Pam McLaurin is a teacher in Big Sandy ISD in Polk County in deep East Texas. The Texas Education Association has asked her to submit to a background check. McLaurin, who has taught for 20 years, has complied with every part of the check save for the mandatory fingerprinting, which she opposes on religious grounds.
That's because the kindergarten teacher interprets the Book of Revelation literally, and thus fears that by allowing her fingerprint to be digitized and stored in a computer, she will have assumed the Mark of the Beast.
And as she helpfully pointed out in the Bible verses (Revelation 13:16-17 and Revelation 14:9-11) cited in her lawsuit against the state, to assume the Mark of the Beast is to drink "the wine of the wrath of God, which is prepared unmixed in the cup of his anger."
Which is always unwise, because as it further says in the Bible, quaffing that vintage would submit her to being "tormented with fire and sulfur in the presence of the holy angels, and in the presence of the Lamb."
And so, as she claims in the lawsuit, which was filed in Lufkin's federal courthouse, her First Amendment right to freedom of religion has been violated.

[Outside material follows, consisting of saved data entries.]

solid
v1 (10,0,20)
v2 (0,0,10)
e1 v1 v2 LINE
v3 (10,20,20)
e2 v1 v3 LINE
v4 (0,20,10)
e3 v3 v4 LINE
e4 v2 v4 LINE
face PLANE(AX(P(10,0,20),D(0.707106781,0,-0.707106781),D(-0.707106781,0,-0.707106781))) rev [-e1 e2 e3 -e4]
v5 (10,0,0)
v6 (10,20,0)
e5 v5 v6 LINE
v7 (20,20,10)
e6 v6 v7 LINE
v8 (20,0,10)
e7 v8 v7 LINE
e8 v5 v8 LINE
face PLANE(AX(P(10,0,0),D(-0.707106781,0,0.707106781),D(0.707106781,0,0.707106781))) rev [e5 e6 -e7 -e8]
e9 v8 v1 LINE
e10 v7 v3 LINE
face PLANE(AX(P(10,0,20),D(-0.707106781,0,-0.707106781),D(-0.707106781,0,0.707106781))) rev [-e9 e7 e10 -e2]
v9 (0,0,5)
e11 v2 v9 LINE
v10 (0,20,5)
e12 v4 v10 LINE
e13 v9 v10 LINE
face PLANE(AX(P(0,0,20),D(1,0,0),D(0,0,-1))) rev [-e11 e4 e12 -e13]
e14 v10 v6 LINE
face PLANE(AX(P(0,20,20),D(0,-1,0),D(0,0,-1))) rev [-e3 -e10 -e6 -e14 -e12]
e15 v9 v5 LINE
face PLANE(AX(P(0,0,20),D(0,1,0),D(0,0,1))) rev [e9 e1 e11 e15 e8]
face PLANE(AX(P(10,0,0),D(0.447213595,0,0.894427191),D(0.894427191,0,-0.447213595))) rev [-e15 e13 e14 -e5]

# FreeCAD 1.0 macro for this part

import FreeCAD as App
import Part
import Sketcher

doc = App.newDocument("Part")
body = doc.addObject("PartDesign::Body", "Body")

sketch1 = body.newObject("Sketcher::SketchObject", "Sketch")
sketch1.AttachmentSupport = (doc.getObject("XY_Plane"), [""])
sketch1.MapMode = "FlatFace"
sketch1.addGeometry([
    Part.LineSegment(App.Vector(0, 20, 0), App.Vector(0, 0, 0)),
    Part.LineSegment(App.Vector(0, 0, 0), App.Vector(20, 0, 0)),
    Part.LineSegment(App.Vector(20, 0, 0), App.Vector(20, 20, 0)),
    Part.LineSegment(App.Vector(20, 20, 0), App.Vector(0, 20, 0)),
], False)
sketch1.addConstraint([
    Sketcher.Constraint("Coincident", 0, 2, 1, 1),
    Sketcher.Constraint("Coincident", 1, 2, 2, 1),
    Sketcher.Constraint("Coincident", 2, 2, 3, 1),
    Sketcher.Constraint("Coincident", 3, 2, 0, 1),
    Sketcher.Constraint("Vertical", 0),
    Sketcher.Constraint("Horizontal", 1),
    Sketcher.Constraint("Vertical", 2),
    Sketcher.Constraint("Horizontal", 3),
    Sketcher.Constraint("Coincident", 0, 2, -1, 1),
    Sketcher.Constraint("Equal", 3, 0),
    Sketcher.Constraint("DistanceX", 1, 1, 1, 2, 20.0),
])
pad1 = body.newObject("PartDesign::Pad", "Pad")
pad1.Profile = sketch1
pad1.Length = 20

sketch2 = body.newObject("Sketcher::SketchObject", "Sketch001")
sketch2.AttachmentSupport = (doc.getObject("XZ_Plane"), [""])
sketch2.MapMode = "FlatFace"
sketch2.AttachmentOffset = App.Placement(App.Vector(0, 0, -20), App.Rotation())
sketch2.addGeometry([
    Part.LineSegment(App.Vector(20, 0, 0), App.Vector(10, 0, 0)),
    Part.LineSegment(App.Vector(10, 0, 0), App.Vector(20, 10, 0)),
    Part.LineSegment(App.Vector(20, 10, 0), App.Vector(20, 0, 0)),
], False)
sketch2.addConstraint([
    Sketcher.Constraint("Coincident", 0, 2, 1, 1),
    Sketcher.Constraint("Coincident", 1, 2, 2, 1),
    Sketcher.Constraint("Coincident", 2, 2, 0, 1),
    Sketcher.Constraint("Horizontal", 0),
    Sketcher.Constraint("Vertical", 2),
    Sketcher.Constraint("PointOnObject", 0, 2, -1),
    Sketcher.Constraint("Equal", 0, 2),
    Sketcher.Constraint("DistanceX", 0, 2, 0, 1, 10.0),
    Sketcher.Constraint("DistanceX", -1, 1, 0, 2, 10.0),
])
pocket1 = body.newObject("PartDesign::Pocket", "Pocket")
pocket1.Profile = sketch2
pocket1.Length = 20
pocket1.Reversed = True

sketch3 = body.newObject("Sketcher::SketchObject", "Sketch002")
sketch3.AttachmentSupport = (doc.getObject("XZ_Plane"), [""])
sketch3.MapMode = "FlatFace"
sketch3.AttachmentOffset = App.Placement(App.Vector(0, 0, -20), App.Rotation())
sketch3.addGeometry([
    Part.LineSegment(App.Vector(10, 20, 0), App.Vector(20, 20, 0)),
    Part.LineSegment(App.Vector(20, 20, 0), App.Vector(20, 10, 0)),
    Part.LineSegment(App.Vector(20, 10, 0), App.Vector(10, 20, 0)),
], False)
sketch3.addConstraint([
    Sketcher.Constraint("Coincident", 0, 2, 1, 1),
    Sketcher.Constraint("Coincident", 1, 2, 2, 1),
    Sketcher.Constraint("Coincident", 2, 2, 0, 1),
    Sketcher.Constraint("Horizontal", 0),
    Sketcher.Constraint("Vertical", 1),
    Sketcher.Constraint("Equal", 0, 1),
    Sketcher.Constraint("DistanceX", 0, 1, 0, 2, 10.0),
    Sketcher.Constraint("DistanceX", -1, 1, 0, 2, 20.0),
    Sketcher.Constraint("DistanceY", -1, 1, 0, 2, 20.0),
])
pocket2 = body.newObject("PartDesign::Pocket", "Pocket001")
pocket2.Profile = sketch3
pocket2.Length = 20
pocket2.Reversed = True

sketch4 = body.newObject("Sketcher::SketchObject", "Sketch003")
sketch4.AttachmentSupport = (doc.getObject("XZ_Plane"), [""])
sketch4.MapMode = "FlatFace"
sketch4.AttachmentOffset = App.Placement(App.Vector(0, 0, -20), App.Rotation())
sketch4.addGeometry([
    Part.LineSegment(App.Vector(10, 20, 0), App.Vector(0, 10, 0)),
    Part.LineSegment(App.Vector(0, 10, 0), App.Vector(0, 20, 0)),
    Part.LineSegment(App.Vector(0, 20, 0), App.Vector(10, 20, 0)),
], False)
sketch4.addConstraint([
    Sketcher.Constraint("Coincident", 0, 2, 1, 1),
    Sketcher.Constraint("Coincident", 1, 2, 2, 1),
    Sketcher.Constraint("Coincident", 2, 2, 0, 1),
    Sketcher.Constraint("Vertical", 1),
    Sketcher.Constraint("Horizontal", 2),
    Sketcher.Constraint("PointOnObject", 0, 2, -2),
    Sketcher.Constraint("Equal", 2, 1),
    Sketcher.Constraint("DistanceX", 2, 1, 2, 2, 10.0),
    Sketcher.Constraint("DistanceY", -1, 1, 0, 2, 10.0),
])
pocket3 = body.newObject("PartDesign::Pocket", "Pocket002")
pocket3.Profile = sketch4
pocket3.Length = 20
pocket3.Reversed = True

sketch5 = body.newObject("Sketcher::SketchObject", "Sketch004")
sketch5.AttachmentSupport = (doc.getObject("XZ_Plane"), [""])
sketch5.MapMode = "FlatFace"
sketch5.AttachmentOffset = App.Placement(App.Vector(0, 0, -20), App.Rotation())
sketch5.addGeometry([
    Part.LineSegment(App.Vector(0, 5, 0), App.Vector(10, 0, 0)),
    Part.LineSegment(App.Vector(10, 0, 0), App.Vector(0, 0, 0)),
    Part.LineSegment(App.Vector(0, 0, 0), App.Vector(0, 5, 0)),
], False)
sketch5.addConstraint([
    Sketcher.Constraint("Coincident", 0, 2, 1, 1),
    Sketcher.Constraint("Coincident", 1, 2, 2, 1),
    Sketcher.Constraint("Coincident", 2, 2, 0, 1),
    Sketcher.Constraint("Horizontal", 1),
    Sketcher.Constraint("Vertical", 2),
    Sketcher.Constraint("Coincident", 1, 2, -1, 1),
    Sketcher.Constraint("DistanceX", 1, 2, 1, 1, 10.0),
    Sketcher.Constraint("DistanceY", 2, 1, 2, 2, 5.0),
])
pocket4 = body.newObject("PartDesign::Pocket", "Pocket003")
pocket4.Profile = sketch5
pocket4.Length = 20
pocket4.Reversed = True

doc.recompute()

McLaurin is not submitting to interviews but her lawyer, Lufkin's Scott Skelton, is:
"She's been a teacher for over 20 years. The school board and superintendent all know her," he told the Lufkin Daily News. "She's willing to submit to any type of background check they might want, just not the digital fingerprint. (She) truly believes the repercussions for that fingerprint would be very serious."
Yeah, being toasted like a marshmallow in a sulfuric inferno in front of a sadistic baby sheep and a bunch of voyeuristic angels is serious business indeed...
Also serious? The TEA. McLaurin's teaching license became inactive on Saturday. And the suit drags on...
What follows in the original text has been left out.